What I am doing is using a 3 month average of this poll to provide a 4th turnout model in my reweighting. My reasoning for using a 3 month average is that his August poll produced a huge jump in Republican identification, and I want to even out the numbers. Here are the current results:
34.0% - Democrat
35.4% - Republican
30.5% - Independent
34.0% - Democrat
34.9% - Republican
31.1% - Independent
33.3% - Democrat
37.6% - Republican
29.2% - Independent
Average (3 month - 45,000 samples)
33.8% - Democrat
36.0% - Republican
30.3% - Independent
Reweighting PollsIn order to reweight the polls, I start with the top line result for the poll. For example the AP/GfK poll is reporting a result of Romney -1%.
Next I look at the internals of the poll to get the partisan breakdown. In the AP/GfK poll it is Democrat/Republican/Independent (D/R/I) of 50/37/13. Obviously the polling sample in this poll is way off with a D+13 sample.
Next I calculate the modification to the top line number that should be made under each of the turnout models. The formula for this is ((Target Party ID) - (Reported Party ID)) x (Target Party ID/50). In English, this is the difference between what was reported and what is expected for each identification times the expected identification divided by 50. It results in how much the top line result should be adjusted for each possible party identification. Using the Democrats and the 2008 model the Democrats would have (39-50)*(39/50) = -8.58 adjustment to the top line result (-1 + 8.58 = 7.58 toward Romney).
I do not adjust for partisan splits. Some polls report x% of Republicans will support Obama, and vice versa. I assume the value of a Republican in votes for Romney is equal to the value of a Democrat in votes for Obama. I also don't try to adjust for voter enthusiasm. If you want a sense of that, then pay attention to the turnout models. 2004 is a good Republican year, the Rasmussen Party ID would be an unprecedented Republican year.
I also adjust Independents to match the specific model. By default I assume an independent to be a neutral choice, worth 50% to Romney and 50% to Obama. However, if a poll reports a preference of Independents, then I will weight the result to account for the differential.
Finally, I am including a modification factor for the undecideds reported by the poll. I maintain this as an independent variable. When I assume a 50% split of undecides, then there is no affect on the poll. Most of the time I will assume a 2:1 split toward the challenger Romney, since that matches historical trends. Note there are exceptions though, in 2004 they split 2:1 for the incumbent.

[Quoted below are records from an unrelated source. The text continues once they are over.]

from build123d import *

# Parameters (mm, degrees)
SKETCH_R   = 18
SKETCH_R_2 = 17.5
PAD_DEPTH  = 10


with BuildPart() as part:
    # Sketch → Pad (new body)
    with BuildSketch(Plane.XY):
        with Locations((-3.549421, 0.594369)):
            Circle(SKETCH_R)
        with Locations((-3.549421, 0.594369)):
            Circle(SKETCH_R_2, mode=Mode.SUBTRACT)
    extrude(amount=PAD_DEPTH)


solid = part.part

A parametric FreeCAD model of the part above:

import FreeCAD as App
import Part
import Sketcher

V = App.Vector
Q = App.Units.Quantity

doc = App.newDocument("Part")
body = doc.addObject("PartDesign::Body", "Body")

sketch1 = body.newObject("Sketcher::SketchObject", "Sketch")
sketch1.AttachmentSupport = (doc.getObject("XY_Plane"), [""])
sketch1.MapMode = "FlatFace"
sketch1.addGeometry([
    Part.Circle(V(-4, 1, 0), V(0, 0, 1), 18),
    Part.Circle(V(-4, 1, 0), V(0, 0, 1), 18),
], False)
sketch1.addConstraint([
    Sketcher.Constraint("Coincident", 1, 3, 0, 3),
    Sketcher.Constraint("Diameter", 0, Q("36 mm")),
    Sketcher.Constraint("Diameter", 1, Q("35 mm")),
    Sketcher.Constraint("DistanceX", 0, 3, -1, 1, Q("3.549421 mm")),
    Sketcher.Constraint("DistanceY", -1, 1, 0, 3, Q("0.594369 mm")),
])
pad1 = body.newObject("PartDesign::Pad", "Pad")
pad1.Profile = sketch1
pad1.Length = 10

doc.recompute()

The reweighting of the AP/GfK poll used as an example thus results in:
Original - Obama +1
2008 - Romney +6
2010 - Romney +10
2004 - Romney +10
Rasmussen - Romney +11
As a final step I am averaging all of these reweighted polls and giving the result. Note that I do not include polls of which I can't see the internals. Doing so would force apples to oranges comparisons, which negates the point of this analysis. This means I can't include Gallup in the average, and drop it out of the RCP average as well. This is why my reporting of the RCP average will differ from what they post on their web site.